━━━ Dataset extract ━━━

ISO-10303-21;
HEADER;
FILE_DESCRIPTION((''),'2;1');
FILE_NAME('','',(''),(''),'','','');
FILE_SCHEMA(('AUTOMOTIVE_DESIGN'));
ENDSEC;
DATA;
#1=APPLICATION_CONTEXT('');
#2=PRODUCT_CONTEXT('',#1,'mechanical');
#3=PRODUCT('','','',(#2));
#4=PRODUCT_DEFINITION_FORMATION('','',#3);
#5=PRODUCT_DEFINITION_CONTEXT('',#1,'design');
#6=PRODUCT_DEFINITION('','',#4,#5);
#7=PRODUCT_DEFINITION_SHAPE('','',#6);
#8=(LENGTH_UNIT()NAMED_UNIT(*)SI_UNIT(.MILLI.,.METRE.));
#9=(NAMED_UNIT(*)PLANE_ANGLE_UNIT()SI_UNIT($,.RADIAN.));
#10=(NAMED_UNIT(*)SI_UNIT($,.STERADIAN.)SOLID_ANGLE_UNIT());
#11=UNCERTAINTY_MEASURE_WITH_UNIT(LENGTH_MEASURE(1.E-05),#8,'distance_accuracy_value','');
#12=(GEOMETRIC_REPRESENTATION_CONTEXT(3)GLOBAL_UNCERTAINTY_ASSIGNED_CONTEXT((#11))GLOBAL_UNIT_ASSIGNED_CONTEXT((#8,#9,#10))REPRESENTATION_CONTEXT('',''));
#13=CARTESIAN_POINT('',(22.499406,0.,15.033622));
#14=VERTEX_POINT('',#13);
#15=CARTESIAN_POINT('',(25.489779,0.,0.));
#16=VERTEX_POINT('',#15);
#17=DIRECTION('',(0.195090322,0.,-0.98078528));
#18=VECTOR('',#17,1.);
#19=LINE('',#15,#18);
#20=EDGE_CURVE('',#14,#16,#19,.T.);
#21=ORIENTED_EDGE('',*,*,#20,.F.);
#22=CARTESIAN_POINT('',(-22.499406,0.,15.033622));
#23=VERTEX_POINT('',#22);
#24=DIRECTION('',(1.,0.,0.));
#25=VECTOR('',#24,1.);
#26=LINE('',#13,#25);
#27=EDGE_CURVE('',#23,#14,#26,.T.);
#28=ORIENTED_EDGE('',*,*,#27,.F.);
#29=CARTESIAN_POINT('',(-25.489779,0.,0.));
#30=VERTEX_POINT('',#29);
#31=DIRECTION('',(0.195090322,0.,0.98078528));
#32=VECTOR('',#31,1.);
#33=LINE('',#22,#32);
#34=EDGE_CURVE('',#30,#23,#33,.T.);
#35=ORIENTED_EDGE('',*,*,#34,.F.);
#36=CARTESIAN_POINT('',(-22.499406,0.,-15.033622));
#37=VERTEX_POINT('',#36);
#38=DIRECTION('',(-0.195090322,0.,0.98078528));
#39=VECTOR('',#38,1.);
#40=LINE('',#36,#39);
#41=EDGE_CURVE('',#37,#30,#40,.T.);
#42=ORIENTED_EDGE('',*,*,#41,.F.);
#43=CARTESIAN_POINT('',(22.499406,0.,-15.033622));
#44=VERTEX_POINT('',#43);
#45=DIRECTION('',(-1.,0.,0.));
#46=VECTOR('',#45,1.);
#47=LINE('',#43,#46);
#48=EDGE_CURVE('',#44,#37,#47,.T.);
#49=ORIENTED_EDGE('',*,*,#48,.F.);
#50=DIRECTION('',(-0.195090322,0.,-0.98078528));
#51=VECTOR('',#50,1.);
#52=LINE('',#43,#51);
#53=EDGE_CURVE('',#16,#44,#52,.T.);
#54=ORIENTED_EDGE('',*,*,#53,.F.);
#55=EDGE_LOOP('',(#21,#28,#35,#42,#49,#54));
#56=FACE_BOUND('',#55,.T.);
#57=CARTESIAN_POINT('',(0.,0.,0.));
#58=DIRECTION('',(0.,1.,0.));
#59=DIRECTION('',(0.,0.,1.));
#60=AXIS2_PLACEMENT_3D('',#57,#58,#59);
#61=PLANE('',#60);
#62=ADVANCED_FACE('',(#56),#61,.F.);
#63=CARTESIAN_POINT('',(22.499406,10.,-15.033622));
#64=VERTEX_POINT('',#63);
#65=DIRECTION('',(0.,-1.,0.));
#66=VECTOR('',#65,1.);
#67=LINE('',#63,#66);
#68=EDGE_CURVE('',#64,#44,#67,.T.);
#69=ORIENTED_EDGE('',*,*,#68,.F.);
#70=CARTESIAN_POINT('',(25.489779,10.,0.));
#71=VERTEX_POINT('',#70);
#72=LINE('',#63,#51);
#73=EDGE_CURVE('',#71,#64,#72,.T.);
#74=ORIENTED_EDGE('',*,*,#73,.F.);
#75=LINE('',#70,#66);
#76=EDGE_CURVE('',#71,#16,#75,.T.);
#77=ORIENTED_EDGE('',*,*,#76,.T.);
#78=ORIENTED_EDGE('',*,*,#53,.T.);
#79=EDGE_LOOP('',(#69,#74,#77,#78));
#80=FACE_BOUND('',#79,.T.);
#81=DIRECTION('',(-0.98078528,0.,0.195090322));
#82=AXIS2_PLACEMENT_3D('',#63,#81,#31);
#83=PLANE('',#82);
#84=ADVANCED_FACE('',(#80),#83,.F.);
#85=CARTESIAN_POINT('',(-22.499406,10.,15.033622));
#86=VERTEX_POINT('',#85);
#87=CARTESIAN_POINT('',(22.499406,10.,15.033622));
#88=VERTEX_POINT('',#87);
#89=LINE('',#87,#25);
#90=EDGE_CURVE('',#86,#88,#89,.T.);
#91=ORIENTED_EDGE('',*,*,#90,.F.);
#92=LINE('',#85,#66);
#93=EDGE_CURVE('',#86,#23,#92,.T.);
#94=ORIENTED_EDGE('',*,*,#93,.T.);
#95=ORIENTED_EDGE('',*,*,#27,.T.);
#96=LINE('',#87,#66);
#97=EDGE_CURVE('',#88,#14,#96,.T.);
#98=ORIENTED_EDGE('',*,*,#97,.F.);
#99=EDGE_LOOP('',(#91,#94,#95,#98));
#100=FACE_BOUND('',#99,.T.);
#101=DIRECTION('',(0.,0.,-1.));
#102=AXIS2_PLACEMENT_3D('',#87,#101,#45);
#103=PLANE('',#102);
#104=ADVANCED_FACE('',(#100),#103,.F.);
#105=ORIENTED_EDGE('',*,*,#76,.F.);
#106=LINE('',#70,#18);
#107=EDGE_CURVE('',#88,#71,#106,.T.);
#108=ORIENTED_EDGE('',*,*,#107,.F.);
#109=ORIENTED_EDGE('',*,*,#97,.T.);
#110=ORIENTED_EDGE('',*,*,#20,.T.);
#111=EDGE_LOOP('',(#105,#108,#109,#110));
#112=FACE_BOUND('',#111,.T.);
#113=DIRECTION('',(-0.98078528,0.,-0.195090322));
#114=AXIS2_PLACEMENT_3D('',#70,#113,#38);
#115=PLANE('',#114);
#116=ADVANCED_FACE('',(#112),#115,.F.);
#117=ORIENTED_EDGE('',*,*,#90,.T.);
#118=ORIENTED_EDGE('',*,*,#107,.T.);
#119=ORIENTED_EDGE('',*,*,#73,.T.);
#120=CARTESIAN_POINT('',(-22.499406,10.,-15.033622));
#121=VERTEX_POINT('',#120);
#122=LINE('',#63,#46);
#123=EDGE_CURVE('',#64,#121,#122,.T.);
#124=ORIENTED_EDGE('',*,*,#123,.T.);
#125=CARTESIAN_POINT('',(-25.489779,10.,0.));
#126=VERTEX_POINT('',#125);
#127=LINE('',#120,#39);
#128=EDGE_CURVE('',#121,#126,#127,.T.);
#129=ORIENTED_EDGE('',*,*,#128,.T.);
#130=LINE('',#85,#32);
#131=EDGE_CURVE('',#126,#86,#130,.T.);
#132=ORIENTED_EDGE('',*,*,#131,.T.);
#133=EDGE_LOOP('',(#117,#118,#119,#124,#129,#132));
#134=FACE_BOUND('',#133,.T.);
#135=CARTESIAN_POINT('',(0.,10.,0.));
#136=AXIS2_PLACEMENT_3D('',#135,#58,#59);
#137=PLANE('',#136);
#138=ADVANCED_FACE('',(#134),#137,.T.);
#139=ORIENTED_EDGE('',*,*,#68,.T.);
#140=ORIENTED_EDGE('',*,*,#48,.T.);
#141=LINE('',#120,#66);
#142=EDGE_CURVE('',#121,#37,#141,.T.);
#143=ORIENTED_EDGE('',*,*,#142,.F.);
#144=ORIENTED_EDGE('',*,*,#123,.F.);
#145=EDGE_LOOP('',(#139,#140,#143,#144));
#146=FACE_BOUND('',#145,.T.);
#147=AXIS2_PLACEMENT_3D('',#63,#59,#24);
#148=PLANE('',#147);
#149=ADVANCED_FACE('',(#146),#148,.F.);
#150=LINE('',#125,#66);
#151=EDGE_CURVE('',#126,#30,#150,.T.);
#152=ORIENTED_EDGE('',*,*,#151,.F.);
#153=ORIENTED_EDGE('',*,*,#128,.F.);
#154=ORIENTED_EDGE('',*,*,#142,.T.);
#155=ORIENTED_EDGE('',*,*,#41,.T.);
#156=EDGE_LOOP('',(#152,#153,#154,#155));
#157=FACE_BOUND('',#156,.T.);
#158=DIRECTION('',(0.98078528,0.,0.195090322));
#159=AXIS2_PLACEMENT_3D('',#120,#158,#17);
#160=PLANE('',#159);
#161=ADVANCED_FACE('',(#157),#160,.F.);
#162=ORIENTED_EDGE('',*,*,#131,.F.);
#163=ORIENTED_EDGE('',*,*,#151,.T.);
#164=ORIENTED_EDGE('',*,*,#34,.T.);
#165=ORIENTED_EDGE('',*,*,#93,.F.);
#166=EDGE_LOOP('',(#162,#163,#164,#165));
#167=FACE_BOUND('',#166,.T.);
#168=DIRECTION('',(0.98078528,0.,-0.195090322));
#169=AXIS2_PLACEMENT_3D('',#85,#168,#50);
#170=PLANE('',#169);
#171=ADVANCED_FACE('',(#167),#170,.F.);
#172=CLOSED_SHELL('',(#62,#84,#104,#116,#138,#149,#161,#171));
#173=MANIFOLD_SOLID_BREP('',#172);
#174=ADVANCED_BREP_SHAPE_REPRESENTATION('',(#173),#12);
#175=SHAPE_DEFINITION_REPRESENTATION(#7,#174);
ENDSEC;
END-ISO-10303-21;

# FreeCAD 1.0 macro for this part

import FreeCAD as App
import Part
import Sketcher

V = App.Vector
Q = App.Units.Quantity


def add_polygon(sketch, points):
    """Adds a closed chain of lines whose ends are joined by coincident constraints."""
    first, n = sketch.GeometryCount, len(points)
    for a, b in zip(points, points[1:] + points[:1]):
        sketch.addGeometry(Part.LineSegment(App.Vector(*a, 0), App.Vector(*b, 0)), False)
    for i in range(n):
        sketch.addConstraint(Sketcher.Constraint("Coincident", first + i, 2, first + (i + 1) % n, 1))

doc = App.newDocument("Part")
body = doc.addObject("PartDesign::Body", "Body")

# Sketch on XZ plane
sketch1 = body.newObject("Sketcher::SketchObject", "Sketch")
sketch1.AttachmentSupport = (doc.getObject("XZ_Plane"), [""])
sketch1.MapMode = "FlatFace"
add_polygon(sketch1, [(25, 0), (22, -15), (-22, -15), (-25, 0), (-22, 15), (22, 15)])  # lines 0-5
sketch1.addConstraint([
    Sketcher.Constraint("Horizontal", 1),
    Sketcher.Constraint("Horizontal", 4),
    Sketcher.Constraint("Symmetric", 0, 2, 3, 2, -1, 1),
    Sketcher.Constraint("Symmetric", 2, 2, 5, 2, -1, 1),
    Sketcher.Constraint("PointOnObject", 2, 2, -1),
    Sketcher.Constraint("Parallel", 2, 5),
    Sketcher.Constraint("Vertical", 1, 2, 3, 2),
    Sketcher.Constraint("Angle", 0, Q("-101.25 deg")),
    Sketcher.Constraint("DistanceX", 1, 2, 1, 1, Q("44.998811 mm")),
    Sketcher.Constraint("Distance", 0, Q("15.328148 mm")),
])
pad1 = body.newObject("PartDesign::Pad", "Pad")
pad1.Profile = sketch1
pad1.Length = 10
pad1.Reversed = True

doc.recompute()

━━━
━━━ Dataset extract ━━━

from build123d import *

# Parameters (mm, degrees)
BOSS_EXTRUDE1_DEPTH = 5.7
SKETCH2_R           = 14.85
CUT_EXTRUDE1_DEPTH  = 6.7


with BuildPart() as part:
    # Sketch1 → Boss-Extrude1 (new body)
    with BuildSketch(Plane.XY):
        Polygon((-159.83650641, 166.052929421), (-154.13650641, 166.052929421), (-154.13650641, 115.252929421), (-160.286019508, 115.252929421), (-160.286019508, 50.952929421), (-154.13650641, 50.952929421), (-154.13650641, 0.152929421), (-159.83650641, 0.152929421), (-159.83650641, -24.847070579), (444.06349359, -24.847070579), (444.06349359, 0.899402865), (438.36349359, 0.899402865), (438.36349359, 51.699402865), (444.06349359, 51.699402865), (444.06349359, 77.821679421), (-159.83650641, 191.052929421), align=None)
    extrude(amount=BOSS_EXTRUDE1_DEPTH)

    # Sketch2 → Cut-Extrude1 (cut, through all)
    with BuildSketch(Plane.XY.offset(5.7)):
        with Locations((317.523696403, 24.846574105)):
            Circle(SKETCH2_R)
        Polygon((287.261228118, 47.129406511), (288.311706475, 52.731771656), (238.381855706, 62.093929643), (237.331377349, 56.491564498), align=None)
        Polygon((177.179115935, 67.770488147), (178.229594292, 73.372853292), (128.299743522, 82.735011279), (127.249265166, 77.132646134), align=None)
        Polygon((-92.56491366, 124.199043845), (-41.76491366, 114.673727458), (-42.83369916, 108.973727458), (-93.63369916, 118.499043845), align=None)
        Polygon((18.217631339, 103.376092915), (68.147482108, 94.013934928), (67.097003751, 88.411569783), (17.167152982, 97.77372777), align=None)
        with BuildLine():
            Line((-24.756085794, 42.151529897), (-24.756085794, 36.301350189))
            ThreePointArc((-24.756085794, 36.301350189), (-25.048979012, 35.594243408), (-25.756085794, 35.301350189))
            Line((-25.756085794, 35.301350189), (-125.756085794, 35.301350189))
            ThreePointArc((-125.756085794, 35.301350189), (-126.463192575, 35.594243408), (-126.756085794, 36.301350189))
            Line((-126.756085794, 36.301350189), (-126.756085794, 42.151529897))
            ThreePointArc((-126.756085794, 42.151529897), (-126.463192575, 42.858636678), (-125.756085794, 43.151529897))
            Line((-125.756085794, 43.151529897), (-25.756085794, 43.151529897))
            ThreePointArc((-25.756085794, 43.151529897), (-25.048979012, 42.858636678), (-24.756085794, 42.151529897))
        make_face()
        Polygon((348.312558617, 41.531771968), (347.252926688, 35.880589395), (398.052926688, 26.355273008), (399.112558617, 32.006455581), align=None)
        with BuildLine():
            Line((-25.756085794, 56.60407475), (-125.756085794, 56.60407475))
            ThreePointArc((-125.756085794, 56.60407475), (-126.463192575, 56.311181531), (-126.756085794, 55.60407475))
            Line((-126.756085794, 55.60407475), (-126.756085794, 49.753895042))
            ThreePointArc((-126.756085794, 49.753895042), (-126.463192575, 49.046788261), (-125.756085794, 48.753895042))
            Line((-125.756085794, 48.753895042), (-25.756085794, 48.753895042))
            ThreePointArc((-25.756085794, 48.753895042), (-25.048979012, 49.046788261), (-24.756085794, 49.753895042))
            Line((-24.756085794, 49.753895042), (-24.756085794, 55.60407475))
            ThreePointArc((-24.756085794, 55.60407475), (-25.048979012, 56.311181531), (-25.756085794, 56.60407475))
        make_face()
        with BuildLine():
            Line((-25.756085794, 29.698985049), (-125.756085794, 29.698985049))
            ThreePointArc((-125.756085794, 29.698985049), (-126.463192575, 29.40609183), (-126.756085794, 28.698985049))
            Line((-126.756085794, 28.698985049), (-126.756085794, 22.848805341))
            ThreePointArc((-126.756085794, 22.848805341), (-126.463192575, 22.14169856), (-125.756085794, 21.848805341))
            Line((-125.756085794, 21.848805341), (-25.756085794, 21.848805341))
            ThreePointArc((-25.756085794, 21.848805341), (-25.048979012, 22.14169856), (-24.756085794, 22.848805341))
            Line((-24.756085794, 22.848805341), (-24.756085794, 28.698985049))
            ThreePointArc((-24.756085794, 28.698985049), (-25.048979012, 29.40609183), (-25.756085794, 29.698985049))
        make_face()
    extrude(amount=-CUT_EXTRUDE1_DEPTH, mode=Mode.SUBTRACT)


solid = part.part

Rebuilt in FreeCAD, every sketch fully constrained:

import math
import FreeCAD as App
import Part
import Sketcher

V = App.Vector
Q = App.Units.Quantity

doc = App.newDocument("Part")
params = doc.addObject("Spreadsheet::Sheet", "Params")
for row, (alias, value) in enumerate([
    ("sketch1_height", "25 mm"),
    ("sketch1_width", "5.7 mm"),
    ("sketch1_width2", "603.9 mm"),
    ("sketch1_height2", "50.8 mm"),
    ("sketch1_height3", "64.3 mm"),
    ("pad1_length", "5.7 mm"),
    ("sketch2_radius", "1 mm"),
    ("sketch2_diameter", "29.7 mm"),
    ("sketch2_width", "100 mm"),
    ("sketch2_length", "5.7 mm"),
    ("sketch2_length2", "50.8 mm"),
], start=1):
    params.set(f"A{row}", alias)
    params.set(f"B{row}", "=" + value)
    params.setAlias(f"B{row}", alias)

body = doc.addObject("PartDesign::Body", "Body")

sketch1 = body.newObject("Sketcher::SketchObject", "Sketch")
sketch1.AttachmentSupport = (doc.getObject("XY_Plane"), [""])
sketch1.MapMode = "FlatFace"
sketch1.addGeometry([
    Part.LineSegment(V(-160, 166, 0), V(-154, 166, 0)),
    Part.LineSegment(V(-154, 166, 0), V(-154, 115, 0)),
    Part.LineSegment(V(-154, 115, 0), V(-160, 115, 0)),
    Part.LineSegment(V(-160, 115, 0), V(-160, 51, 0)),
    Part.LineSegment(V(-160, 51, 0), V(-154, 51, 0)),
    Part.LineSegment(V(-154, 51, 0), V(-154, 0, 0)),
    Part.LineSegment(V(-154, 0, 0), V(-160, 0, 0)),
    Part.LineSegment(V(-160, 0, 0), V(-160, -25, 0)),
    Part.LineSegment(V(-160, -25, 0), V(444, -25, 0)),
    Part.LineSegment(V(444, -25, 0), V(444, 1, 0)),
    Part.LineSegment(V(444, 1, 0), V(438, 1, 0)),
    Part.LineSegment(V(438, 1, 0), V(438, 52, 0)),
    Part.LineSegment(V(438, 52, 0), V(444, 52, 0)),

━━━

## What you have to do
Begin at the line above that has "#114=AXIS2_PLACEMENT_3D('',#70,#113,#38);" and stop after the line that has "#132=ORIENTED_EDGE('',*,*,#131,.T.);", copying each line exactly and adding nothing else.

## Response box
#114=AXIS2_PLACEMENT_3D('',#70,#113,#38);
#115=PLANE('',#114);
#116=ADVANCED_FACE('',(#112),#115,.F.);
#117=ORIENTED_EDGE('',*,*,#90,.T.);
#118=ORIENTED_EDGE('',*,*,#107,.T.);
#119=ORIENTED_EDGE('',*,*,#73,.T.);
#120=CARTESIAN_POINT('',(-22.499406,10.,-15.033622));
#121=VERTEX_POINT('',#120);
#122=LINE('',#63,#46);
#123=EDGE_CURVE('',#64,#121,#122,.T.);
#124=ORIENTED_EDGE('',*,*,#123,.T.);
#125=CARTESIAN_POINT('',(-25.489779,10.,0.));
#126=VERTEX_POINT('',#125);
#127=LINE('',#120,#39);
#128=EDGE_CURVE('',#121,#126,#127,.T.);
#129=ORIENTED_EDGE('',*,*,#128,.T.);
#130=LINE('',#85,#32);
#131=EDGE_CURVE('',#126,#86,#130,.T.);
#132=ORIENTED_EDGE('',*,*,#131,.T.);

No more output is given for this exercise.